"""

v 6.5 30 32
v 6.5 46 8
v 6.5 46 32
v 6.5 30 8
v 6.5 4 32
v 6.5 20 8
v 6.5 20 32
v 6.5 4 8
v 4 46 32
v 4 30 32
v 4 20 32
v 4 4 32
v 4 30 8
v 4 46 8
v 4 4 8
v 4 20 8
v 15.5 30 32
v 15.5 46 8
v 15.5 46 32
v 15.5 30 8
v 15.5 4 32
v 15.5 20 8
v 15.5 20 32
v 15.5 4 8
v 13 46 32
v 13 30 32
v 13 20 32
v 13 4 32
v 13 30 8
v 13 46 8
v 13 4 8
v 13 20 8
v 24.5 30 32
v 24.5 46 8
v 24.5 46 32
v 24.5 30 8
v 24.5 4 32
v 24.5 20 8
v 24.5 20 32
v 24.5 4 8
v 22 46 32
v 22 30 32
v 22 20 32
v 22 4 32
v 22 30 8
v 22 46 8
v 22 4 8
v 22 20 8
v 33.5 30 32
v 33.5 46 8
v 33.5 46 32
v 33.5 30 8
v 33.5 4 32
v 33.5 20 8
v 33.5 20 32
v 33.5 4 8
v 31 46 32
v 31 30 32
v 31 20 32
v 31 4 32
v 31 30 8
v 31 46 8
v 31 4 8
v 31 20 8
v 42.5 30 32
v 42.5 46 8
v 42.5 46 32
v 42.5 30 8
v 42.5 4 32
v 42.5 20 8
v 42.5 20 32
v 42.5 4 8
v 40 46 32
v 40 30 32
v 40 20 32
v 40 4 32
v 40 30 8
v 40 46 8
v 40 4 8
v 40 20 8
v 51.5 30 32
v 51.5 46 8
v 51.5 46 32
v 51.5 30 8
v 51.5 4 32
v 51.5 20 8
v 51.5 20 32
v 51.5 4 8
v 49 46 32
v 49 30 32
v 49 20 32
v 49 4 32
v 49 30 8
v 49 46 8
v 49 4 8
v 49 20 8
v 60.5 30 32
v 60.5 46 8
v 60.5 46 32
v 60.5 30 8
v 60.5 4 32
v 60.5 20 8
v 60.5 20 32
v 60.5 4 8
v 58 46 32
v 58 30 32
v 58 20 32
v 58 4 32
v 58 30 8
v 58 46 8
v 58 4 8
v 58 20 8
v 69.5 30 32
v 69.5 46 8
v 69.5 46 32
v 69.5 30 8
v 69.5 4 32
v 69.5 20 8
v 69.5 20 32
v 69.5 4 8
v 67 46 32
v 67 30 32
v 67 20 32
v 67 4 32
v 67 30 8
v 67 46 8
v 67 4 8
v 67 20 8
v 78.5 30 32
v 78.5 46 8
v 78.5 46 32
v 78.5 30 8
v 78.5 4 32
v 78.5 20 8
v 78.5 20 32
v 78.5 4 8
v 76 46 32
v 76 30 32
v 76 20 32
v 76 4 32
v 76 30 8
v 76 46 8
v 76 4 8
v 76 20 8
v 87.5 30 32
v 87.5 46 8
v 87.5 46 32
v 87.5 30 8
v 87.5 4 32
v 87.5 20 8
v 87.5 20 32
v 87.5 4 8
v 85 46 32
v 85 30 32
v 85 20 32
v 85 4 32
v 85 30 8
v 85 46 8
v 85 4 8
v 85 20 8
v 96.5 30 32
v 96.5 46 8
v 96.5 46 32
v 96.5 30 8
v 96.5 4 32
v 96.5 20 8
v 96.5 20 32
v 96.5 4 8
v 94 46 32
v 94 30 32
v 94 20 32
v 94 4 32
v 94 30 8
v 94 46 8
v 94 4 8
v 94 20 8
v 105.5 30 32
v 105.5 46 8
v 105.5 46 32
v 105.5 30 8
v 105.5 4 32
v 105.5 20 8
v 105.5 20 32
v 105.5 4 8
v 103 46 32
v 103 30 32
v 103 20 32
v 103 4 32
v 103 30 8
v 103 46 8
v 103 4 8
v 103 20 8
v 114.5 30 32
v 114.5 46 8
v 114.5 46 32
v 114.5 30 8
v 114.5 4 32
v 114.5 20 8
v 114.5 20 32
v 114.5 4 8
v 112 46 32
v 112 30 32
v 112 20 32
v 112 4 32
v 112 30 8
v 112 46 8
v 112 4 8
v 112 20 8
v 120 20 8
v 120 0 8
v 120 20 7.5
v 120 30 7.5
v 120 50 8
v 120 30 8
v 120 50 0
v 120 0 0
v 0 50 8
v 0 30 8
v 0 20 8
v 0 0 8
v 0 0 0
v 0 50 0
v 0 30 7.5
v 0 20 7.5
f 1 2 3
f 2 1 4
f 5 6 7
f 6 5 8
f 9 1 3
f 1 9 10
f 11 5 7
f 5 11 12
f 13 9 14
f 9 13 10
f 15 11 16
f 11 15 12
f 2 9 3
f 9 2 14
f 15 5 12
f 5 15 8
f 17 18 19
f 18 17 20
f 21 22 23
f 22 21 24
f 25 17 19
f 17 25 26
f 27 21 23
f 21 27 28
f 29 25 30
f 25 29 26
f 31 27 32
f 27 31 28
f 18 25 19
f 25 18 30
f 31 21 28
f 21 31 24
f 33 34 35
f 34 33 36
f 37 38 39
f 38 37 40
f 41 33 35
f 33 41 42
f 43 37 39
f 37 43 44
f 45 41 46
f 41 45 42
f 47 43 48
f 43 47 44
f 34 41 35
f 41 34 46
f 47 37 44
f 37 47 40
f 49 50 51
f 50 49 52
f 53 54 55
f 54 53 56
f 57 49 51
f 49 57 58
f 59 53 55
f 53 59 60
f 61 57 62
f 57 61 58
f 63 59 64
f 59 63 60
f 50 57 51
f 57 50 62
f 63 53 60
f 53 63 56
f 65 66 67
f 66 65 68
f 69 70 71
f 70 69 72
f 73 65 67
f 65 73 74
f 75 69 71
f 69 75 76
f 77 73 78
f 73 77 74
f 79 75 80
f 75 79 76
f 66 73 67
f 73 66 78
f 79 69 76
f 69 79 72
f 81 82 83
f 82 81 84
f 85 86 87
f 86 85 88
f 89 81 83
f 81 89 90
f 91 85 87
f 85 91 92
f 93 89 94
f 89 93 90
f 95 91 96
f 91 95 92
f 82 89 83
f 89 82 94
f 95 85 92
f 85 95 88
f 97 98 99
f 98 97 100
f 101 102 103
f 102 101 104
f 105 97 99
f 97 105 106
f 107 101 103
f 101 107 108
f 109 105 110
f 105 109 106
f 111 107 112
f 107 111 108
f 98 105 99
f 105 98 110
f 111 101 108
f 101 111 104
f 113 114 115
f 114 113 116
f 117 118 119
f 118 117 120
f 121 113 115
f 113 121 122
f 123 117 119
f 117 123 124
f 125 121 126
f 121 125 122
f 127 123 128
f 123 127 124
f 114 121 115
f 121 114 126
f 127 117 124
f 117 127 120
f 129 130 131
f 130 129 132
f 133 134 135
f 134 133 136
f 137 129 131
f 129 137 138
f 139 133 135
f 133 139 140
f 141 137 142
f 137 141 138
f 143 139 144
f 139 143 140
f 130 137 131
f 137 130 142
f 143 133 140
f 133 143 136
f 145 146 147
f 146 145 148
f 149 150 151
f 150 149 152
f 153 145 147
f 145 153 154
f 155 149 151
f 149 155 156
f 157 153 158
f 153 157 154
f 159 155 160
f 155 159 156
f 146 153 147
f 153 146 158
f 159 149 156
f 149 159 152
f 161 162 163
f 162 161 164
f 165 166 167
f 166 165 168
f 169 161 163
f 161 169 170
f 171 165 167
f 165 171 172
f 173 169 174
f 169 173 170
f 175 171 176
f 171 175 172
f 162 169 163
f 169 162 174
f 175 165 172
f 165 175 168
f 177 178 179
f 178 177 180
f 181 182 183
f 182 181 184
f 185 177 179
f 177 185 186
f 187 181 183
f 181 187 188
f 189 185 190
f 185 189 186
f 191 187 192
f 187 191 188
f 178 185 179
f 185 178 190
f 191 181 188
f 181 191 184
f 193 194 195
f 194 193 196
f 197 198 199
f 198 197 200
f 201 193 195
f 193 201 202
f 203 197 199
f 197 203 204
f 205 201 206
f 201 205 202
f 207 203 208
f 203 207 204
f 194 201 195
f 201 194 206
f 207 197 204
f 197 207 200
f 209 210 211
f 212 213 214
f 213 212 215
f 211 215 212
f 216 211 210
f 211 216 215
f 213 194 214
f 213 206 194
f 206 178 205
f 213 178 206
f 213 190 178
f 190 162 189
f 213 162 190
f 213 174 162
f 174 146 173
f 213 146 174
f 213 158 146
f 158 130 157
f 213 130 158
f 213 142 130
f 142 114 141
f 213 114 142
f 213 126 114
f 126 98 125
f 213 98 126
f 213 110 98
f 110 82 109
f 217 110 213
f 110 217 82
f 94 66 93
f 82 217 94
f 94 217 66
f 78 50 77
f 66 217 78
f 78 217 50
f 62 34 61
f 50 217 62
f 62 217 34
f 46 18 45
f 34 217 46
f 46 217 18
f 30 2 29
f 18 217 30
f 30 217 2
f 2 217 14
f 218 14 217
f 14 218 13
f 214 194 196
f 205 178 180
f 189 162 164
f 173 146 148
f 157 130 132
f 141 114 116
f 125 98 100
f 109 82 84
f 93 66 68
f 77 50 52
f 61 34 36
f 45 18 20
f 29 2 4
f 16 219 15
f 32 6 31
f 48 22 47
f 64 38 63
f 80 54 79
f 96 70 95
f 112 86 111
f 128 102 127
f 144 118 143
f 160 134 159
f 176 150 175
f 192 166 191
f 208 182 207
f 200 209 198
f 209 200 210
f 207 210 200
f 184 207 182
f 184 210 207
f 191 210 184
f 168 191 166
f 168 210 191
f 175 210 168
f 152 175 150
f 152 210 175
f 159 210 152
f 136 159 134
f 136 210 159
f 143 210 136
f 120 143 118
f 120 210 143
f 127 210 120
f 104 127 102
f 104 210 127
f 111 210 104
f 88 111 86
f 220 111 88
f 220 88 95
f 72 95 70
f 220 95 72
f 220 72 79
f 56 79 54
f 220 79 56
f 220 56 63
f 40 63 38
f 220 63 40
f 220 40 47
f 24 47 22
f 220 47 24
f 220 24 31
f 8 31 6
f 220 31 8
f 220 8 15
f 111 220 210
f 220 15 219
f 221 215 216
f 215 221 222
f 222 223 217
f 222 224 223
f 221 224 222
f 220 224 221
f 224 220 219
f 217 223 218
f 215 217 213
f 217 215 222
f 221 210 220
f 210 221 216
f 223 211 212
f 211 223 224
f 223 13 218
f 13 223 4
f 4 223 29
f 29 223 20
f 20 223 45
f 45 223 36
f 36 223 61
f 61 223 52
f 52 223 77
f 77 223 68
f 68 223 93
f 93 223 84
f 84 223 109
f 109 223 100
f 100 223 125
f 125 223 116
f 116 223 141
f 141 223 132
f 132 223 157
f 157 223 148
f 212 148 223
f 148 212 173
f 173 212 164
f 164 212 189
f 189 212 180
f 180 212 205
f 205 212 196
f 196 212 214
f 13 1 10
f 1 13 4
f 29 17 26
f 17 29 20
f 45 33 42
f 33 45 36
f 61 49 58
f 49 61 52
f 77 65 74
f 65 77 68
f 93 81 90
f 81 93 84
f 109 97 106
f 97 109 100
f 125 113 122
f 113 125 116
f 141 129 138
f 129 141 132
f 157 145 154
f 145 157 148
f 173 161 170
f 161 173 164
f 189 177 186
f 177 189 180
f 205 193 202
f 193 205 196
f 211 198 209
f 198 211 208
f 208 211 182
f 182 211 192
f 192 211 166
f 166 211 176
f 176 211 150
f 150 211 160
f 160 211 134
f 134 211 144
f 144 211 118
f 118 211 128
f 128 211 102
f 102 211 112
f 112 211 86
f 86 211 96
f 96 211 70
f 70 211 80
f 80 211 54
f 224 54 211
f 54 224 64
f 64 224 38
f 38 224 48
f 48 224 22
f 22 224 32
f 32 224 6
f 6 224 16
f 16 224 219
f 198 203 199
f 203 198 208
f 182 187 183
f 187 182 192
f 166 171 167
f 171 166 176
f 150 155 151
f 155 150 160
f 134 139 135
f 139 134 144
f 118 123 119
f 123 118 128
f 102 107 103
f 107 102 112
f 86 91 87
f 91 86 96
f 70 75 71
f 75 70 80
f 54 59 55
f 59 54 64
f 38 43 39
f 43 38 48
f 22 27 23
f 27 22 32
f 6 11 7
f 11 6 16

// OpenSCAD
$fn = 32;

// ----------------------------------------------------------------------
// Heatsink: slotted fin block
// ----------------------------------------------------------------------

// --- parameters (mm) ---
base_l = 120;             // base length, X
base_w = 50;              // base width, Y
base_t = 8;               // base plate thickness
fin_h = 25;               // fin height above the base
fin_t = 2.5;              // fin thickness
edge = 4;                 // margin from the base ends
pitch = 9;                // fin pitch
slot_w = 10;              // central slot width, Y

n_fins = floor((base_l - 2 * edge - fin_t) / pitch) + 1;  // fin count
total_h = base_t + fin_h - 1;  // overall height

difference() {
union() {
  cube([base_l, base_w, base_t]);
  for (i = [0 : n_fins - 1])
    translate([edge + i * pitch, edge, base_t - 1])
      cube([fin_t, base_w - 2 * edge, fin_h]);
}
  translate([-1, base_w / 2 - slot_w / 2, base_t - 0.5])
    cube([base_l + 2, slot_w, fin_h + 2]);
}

"""

## What is required
What you return should be exactly the lines above, starting at the one with "f 153 145 147" and ending at the one with "f 198 197 200", and nothing else.

## Result of this exercise
f 153 145 147
f 145 153 154
f 155 149 151
f 149 155 156
f 157 153 158
f 153 157 154
f 159 155 160
f 155 159 156
f 146 153 147
f 153 146 158
f 159 149 156
f 149 159 152
f 161 162 163
f 162 161 164
f 165 166 167
f 166 165 168
f 169 161 163
f 161 169 170
f 171 165 167
f 165 171 172
f 173 169 174
f 169 173 170
f 175 171 176
f 171 175 172
f 162 169 163
f 169 162 174
f 175 165 172
f 165 175 168
f 177 178 179
f 178 177 180
f 181 182 183
f 182 181 184
f 185 177 179
f 177 185 186
f 187 181 183
f 181 187 188
f 189 185 190
f 185 189 186
f 191 187 192
f 187 191 188
f 178 185 179
f 185 178 190
f 191 181 188
f 181 191 184
f 193 194 195
f 194 193 196
f 197 198 199
f 198 197 200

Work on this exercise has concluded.